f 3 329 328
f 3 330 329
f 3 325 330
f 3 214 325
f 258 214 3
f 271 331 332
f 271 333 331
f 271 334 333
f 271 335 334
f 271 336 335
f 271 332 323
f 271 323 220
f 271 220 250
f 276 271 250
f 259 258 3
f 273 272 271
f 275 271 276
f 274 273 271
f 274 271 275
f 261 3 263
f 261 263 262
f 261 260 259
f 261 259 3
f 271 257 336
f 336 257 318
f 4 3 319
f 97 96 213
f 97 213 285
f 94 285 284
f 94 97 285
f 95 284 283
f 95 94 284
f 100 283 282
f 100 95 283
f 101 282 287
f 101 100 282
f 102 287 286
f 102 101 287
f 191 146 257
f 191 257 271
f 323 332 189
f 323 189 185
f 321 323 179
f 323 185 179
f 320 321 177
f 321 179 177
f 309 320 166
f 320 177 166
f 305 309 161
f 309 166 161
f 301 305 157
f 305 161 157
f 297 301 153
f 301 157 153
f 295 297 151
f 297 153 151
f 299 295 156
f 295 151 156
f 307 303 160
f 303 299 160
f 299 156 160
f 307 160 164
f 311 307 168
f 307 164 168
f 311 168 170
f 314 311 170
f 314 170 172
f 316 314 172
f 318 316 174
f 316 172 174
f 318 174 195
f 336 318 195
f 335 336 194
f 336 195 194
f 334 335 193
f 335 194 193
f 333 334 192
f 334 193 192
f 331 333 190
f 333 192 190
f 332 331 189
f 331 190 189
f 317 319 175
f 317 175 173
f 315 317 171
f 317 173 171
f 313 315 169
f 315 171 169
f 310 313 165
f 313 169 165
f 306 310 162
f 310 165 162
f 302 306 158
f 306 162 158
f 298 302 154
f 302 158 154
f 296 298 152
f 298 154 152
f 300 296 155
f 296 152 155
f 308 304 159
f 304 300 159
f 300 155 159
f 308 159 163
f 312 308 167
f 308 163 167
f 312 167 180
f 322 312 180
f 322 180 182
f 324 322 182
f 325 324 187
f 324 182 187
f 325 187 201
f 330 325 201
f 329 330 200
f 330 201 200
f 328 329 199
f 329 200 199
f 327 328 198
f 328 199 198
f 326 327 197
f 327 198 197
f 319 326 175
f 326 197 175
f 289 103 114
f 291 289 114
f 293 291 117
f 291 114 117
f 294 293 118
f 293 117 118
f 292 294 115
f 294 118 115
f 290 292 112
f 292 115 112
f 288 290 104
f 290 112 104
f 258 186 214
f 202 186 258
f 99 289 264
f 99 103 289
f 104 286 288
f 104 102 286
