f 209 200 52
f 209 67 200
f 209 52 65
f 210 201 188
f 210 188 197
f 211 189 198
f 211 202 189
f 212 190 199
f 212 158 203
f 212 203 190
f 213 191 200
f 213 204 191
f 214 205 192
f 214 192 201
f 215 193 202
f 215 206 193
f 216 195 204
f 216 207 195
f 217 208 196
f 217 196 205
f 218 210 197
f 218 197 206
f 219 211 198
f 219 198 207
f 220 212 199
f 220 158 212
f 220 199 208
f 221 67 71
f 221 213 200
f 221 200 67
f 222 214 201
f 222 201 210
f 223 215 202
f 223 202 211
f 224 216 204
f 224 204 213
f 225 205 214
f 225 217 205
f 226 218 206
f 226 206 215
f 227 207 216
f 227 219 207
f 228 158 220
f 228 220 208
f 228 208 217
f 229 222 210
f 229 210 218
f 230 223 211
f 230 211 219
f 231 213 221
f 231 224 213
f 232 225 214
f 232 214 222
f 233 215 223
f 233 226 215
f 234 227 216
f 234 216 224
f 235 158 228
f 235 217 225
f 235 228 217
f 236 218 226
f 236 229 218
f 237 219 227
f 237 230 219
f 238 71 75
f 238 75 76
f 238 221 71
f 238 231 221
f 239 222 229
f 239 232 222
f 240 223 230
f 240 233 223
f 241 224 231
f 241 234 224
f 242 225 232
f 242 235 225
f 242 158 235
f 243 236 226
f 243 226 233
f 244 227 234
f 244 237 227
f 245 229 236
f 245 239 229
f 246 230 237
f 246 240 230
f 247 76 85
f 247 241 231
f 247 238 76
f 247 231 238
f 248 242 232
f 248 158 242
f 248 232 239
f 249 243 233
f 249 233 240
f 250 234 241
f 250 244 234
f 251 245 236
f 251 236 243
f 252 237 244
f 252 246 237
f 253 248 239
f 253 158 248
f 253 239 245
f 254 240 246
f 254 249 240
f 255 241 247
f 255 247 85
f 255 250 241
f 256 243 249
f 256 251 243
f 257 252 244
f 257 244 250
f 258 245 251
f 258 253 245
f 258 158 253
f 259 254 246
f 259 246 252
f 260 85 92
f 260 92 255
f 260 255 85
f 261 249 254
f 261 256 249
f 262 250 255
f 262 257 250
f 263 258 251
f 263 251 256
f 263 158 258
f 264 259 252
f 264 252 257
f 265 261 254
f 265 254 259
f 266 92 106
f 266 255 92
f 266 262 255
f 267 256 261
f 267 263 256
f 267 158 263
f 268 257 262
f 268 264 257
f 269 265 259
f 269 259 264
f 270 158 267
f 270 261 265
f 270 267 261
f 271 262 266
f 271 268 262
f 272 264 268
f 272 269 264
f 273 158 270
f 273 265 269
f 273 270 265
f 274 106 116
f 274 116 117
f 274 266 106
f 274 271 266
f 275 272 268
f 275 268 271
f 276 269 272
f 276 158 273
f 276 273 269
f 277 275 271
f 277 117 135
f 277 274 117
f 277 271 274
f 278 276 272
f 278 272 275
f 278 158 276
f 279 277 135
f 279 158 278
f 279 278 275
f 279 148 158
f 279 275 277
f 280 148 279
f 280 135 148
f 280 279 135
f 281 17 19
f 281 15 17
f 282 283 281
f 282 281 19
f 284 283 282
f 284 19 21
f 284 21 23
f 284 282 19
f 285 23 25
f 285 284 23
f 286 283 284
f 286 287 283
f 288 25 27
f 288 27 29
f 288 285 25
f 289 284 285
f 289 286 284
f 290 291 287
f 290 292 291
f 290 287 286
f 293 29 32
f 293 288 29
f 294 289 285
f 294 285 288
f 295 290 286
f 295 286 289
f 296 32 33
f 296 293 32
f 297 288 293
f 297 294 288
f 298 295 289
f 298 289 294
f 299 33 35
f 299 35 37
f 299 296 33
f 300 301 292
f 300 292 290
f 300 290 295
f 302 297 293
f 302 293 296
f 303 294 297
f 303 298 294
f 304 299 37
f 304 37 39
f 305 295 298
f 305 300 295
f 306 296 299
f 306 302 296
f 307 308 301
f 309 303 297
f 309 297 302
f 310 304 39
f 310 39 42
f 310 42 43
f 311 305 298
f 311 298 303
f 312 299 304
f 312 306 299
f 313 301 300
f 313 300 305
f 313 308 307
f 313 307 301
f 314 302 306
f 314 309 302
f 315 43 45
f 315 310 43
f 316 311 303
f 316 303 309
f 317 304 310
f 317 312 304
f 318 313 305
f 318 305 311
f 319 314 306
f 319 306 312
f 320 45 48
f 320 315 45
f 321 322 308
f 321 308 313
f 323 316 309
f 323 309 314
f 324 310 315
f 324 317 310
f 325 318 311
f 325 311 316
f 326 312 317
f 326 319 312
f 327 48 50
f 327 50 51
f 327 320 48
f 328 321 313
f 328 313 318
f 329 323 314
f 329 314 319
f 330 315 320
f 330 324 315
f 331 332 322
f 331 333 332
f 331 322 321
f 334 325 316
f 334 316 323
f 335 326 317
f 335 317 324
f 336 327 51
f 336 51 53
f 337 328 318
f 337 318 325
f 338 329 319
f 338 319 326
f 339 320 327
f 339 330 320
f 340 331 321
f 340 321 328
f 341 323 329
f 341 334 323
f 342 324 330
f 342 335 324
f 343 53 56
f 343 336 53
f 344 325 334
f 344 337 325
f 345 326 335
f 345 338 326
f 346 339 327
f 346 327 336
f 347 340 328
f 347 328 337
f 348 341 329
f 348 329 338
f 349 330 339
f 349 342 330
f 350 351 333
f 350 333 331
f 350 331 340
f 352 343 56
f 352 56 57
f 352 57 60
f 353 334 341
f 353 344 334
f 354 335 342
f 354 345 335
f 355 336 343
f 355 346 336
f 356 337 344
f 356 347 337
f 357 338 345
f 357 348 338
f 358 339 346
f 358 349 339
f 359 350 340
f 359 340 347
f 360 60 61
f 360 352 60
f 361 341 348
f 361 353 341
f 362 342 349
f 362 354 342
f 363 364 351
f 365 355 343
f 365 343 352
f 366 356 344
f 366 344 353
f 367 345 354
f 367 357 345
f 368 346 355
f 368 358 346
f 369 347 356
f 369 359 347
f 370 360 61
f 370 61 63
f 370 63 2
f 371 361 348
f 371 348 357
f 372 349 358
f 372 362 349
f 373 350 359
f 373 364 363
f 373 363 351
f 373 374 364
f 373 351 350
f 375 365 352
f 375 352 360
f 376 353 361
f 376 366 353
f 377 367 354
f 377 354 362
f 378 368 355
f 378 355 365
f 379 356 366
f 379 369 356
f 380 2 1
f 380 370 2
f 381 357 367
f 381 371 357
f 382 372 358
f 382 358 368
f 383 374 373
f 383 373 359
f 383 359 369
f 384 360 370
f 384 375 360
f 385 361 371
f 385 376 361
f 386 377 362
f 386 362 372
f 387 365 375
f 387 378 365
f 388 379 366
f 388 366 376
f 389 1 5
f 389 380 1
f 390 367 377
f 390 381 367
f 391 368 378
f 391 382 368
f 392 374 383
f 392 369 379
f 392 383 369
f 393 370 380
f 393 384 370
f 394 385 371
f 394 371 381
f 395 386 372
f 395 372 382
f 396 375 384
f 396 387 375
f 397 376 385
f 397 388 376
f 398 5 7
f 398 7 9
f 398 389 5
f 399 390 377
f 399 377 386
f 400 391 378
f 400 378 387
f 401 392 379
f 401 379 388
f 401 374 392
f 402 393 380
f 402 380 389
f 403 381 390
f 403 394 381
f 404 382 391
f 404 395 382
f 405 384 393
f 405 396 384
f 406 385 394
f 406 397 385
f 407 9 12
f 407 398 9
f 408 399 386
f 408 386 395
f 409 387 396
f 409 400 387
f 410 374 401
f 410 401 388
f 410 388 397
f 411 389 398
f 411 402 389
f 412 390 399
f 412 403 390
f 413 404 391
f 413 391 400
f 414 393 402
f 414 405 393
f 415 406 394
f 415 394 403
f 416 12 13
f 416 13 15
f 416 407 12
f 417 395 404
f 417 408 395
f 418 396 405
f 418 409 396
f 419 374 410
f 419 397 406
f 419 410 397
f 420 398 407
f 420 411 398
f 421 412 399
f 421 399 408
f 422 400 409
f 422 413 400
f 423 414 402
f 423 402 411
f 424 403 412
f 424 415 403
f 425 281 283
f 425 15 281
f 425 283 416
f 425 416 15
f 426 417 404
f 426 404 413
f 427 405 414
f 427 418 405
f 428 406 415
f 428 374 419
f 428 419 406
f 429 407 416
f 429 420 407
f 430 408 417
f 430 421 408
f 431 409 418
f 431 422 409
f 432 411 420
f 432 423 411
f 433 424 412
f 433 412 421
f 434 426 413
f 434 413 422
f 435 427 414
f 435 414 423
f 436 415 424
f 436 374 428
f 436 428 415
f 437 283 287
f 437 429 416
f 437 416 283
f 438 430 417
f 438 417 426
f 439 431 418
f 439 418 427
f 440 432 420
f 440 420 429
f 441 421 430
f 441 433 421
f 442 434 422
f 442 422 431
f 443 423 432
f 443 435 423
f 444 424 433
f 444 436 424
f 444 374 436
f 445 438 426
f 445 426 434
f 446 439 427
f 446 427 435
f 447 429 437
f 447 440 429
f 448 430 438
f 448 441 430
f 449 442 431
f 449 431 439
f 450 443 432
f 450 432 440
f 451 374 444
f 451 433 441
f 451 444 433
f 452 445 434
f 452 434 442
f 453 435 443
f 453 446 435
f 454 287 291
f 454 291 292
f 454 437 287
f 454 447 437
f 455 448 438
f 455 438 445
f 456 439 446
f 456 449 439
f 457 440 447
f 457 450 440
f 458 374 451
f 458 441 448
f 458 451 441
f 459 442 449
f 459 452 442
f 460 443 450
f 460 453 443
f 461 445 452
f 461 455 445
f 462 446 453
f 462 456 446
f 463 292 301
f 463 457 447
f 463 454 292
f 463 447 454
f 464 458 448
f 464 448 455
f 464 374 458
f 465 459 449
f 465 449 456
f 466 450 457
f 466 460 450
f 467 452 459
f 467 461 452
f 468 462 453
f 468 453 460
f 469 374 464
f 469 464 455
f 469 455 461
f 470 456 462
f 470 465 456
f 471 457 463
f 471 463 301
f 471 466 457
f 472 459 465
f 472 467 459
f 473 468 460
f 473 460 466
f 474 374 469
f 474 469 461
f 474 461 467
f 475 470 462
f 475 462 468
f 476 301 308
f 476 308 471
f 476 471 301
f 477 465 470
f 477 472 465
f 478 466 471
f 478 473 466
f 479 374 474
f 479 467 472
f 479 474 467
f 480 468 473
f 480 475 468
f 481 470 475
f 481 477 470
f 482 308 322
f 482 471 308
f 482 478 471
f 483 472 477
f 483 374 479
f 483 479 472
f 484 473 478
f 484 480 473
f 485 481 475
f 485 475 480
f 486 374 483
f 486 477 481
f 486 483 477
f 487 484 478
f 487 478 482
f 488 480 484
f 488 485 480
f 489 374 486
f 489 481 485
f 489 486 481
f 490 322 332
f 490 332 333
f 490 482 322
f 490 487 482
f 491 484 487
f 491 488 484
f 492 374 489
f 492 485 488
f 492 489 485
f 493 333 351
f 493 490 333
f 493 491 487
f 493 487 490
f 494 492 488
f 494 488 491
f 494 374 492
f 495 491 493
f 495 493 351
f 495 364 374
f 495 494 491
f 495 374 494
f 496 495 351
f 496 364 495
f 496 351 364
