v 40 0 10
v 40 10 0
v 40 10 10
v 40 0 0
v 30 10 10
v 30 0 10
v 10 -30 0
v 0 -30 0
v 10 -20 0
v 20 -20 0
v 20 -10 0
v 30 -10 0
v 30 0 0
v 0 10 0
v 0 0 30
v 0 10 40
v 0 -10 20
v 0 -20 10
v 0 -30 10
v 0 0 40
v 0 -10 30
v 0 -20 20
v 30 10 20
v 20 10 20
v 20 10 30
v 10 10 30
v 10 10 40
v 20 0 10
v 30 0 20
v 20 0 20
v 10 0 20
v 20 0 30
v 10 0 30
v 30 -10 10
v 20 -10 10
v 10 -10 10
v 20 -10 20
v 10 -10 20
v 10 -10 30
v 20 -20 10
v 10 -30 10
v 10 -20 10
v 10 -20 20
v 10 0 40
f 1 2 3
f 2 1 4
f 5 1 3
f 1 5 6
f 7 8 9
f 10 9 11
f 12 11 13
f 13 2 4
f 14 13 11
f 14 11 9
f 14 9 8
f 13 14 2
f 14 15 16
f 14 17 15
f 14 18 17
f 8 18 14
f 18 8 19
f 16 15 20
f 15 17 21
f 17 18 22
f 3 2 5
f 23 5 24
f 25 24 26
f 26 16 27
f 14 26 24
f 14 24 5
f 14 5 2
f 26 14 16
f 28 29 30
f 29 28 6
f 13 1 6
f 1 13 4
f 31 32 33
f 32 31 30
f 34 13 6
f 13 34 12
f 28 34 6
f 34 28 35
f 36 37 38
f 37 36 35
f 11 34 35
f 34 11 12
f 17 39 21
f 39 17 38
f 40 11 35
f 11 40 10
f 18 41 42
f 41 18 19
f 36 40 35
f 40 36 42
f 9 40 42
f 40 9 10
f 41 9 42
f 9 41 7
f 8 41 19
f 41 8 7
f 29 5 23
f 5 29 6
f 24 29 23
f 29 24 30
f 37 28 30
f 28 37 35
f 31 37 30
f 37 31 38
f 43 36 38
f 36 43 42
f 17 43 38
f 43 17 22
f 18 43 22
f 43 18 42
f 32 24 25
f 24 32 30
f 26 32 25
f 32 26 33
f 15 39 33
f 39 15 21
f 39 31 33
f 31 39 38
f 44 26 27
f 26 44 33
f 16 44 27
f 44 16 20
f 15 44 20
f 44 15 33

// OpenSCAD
resize([40, 40, 40])
	union() {
		cube([4, 1, 1]);
		translate([0, -1, 0]) cube([3, 1, 1]);
		translate([0, -2, 0]) cube([2, 1, 1]);
		translate([0, -3, 0]) cube(1);
		translate([0, 0, 1]) cube([3, 1, 1]);
		translate([0, -1, 1]) cube([2, 1, 1]);
		translate([0, -2, 1]) cube(1);
		translate([0, 0, 2]) cube([2, 1, 1]);
		translate([0, -1, 2]) cube(1);
		translate([0, 0, 3]) cube(1);
	}
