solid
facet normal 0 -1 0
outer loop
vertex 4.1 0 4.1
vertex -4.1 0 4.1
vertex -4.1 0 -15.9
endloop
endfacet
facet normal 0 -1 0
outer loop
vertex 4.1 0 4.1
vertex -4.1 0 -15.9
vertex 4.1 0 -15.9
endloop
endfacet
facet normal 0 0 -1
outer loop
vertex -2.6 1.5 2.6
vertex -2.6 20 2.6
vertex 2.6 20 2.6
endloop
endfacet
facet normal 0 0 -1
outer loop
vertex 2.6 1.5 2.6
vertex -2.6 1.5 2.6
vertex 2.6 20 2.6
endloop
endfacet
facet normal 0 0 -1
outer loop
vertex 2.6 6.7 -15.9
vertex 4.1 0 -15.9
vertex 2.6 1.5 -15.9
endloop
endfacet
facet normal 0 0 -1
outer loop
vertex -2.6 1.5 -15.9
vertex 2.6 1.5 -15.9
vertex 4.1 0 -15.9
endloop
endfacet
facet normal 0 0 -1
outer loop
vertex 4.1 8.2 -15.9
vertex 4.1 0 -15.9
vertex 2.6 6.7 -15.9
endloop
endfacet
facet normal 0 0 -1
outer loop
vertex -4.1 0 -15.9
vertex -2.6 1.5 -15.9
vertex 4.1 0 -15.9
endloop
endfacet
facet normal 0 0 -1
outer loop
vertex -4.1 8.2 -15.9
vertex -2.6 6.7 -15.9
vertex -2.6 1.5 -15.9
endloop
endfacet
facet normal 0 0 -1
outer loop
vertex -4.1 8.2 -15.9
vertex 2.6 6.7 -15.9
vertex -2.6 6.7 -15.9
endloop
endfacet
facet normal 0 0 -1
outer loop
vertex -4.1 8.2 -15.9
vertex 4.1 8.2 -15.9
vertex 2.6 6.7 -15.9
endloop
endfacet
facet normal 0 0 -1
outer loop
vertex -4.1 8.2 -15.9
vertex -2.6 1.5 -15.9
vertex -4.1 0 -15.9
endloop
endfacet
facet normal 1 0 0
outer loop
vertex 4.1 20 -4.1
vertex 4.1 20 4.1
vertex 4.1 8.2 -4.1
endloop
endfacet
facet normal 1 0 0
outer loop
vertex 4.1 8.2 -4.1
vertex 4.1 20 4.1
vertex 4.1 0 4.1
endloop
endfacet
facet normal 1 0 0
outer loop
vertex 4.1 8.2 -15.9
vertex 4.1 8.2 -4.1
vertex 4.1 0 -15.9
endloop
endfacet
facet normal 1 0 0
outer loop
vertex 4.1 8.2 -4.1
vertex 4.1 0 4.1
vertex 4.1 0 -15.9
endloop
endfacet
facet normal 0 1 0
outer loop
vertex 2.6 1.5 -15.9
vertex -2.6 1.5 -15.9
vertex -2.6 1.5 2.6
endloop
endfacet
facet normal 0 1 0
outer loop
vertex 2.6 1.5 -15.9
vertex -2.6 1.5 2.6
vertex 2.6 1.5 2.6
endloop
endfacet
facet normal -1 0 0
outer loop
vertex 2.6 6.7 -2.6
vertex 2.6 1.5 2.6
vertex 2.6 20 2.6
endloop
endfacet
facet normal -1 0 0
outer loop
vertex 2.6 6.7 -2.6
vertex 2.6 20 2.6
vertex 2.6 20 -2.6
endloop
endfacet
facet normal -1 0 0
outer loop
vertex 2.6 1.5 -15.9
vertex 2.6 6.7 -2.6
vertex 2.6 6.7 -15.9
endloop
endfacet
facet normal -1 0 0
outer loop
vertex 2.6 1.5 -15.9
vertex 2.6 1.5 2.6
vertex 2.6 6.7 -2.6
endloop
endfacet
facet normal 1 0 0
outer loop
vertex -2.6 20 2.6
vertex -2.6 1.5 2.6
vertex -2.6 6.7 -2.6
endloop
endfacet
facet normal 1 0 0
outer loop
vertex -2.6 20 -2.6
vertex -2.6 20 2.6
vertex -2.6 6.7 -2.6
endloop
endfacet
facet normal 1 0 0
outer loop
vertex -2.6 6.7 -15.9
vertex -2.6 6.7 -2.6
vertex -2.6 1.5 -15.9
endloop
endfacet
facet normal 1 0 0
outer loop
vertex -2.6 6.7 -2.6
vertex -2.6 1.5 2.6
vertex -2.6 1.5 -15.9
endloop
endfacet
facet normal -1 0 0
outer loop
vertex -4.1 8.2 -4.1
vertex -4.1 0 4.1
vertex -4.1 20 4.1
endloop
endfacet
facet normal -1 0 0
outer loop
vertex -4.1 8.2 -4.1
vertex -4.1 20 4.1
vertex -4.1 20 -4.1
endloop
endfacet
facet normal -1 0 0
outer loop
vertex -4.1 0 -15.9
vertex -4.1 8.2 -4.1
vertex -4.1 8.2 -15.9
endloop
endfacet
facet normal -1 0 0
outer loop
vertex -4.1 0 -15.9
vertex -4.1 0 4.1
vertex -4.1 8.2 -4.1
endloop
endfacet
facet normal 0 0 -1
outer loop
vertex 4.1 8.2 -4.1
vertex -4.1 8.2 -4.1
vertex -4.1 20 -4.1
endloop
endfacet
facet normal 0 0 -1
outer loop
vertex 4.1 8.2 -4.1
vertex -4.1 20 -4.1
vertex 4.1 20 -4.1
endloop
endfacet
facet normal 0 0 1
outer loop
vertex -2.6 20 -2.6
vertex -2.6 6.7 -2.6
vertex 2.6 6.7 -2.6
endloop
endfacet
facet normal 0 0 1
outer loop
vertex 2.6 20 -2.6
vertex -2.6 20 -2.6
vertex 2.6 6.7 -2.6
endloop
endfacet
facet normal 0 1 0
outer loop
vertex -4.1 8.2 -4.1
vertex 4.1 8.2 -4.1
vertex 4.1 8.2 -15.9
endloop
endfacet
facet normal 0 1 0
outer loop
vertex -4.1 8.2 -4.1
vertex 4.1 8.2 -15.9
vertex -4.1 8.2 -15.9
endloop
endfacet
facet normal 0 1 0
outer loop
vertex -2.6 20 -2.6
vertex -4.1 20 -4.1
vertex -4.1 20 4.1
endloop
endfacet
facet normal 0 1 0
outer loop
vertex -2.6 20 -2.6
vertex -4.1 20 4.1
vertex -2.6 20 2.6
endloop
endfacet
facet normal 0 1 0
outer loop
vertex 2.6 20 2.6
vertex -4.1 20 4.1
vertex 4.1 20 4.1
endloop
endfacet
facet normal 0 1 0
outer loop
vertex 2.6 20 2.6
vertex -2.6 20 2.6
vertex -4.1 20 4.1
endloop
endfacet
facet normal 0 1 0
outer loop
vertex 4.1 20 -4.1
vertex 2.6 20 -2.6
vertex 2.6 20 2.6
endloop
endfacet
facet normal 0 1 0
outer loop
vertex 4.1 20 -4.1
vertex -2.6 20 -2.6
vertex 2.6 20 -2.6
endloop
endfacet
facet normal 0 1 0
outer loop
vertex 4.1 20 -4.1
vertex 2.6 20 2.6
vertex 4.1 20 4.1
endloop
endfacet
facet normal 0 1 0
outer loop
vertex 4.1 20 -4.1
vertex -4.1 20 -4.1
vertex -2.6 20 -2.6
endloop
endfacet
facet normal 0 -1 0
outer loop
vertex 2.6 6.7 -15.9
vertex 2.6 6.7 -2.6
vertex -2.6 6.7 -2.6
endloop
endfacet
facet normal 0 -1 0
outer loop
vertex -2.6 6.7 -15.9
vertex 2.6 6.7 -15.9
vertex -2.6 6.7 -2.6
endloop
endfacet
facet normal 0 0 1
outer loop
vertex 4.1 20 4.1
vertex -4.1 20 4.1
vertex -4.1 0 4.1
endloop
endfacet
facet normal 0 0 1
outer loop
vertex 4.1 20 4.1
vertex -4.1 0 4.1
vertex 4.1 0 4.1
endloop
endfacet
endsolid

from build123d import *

# Parameters (mm, degrees)
SKETCH1_W           = 8.2
SKETCH1_H           = 8.2
SKETCH1_W_2         = 5.2
SKETCH1_H_2         = 5.2
BOSS_EXTRUDE1_DEPTH = 20
SKETCH2_W           = 8.2
SKETCH2_H           = 8.2
BOSS_EXTRUDE2_DEPTH = 20
SHELL1_T            = -1.5


with BuildPart() as part:
    # Sketch1 → Boss-Extrude1 (new body)
    # profile 1 of 2: a face of its own
    with BuildSketch(Plane(origin=(0, 0, 0), x_dir=(1, 0, 0), z_dir=(0, 1, 0))):
        Rectangle(SKETCH1_W, SKETCH1_H)
        Rectangle(SKETCH1_W_2, SKETCH1_H_2, mode=Mode.SUBTRACT)
    # profile 2 of 2: a face of its own
    with BuildSketch(Plane(origin=(0, 0, 0), x_dir=(1, 0, 0), z_dir=(0, 1, 0))):
        Rectangle(SKETCH1_W_2, SKETCH1_H_2)
    extrude(amount=BOSS_EXTRUDE1_DEPTH)

    # Sketch2 → Boss-Extrude2 (add)
    with BuildSketch(Plane(origin=(0, 0, 4.1), x_dir=(-1, 0, 0), z_dir=(0, 0, -1))):
        with Locations((0, 4.1)):
            Rectangle(SKETCH2_W, SKETCH2_H)
    extrude(amount=BOSS_EXTRUDE2_DEPTH)

    # Shell1
    shell1_openings = [part.faces().sort_by_distance(p)[0] for p in [
        (0, 20, 0),
        (0, 4.1, -15.9),
    ]]
    offset(amount=SHELL1_T, openings=shell1_openings, kind=Kind.INTERSECTION)


solid = part.part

++++++++++++++++++++

| Work order |
Up to and including the line with "f 97 96 213", output every line of the records above exactly, starting from the first; output nothing else.

| Output below |
f 3 329 328
f 3 330 329
f 3 325 330
f 3 214 325
f 258 214 3
f 271 331 332
f 271 333 331
f 271 334 333
f 271 335 334
f 271 336 335
f 271 332 323
f 271 323 220
f 271 220 250
f 276 271 250
f 259 258 3
f 273 272 271
f 275 271 276
f 274 273 271
f 274 271 275
f 261 3 263
f 261 263 262
f 261 260 259
f 261 259 3
f 271 257 336
f 336 257 318
f 4 3 319
f 97 96 213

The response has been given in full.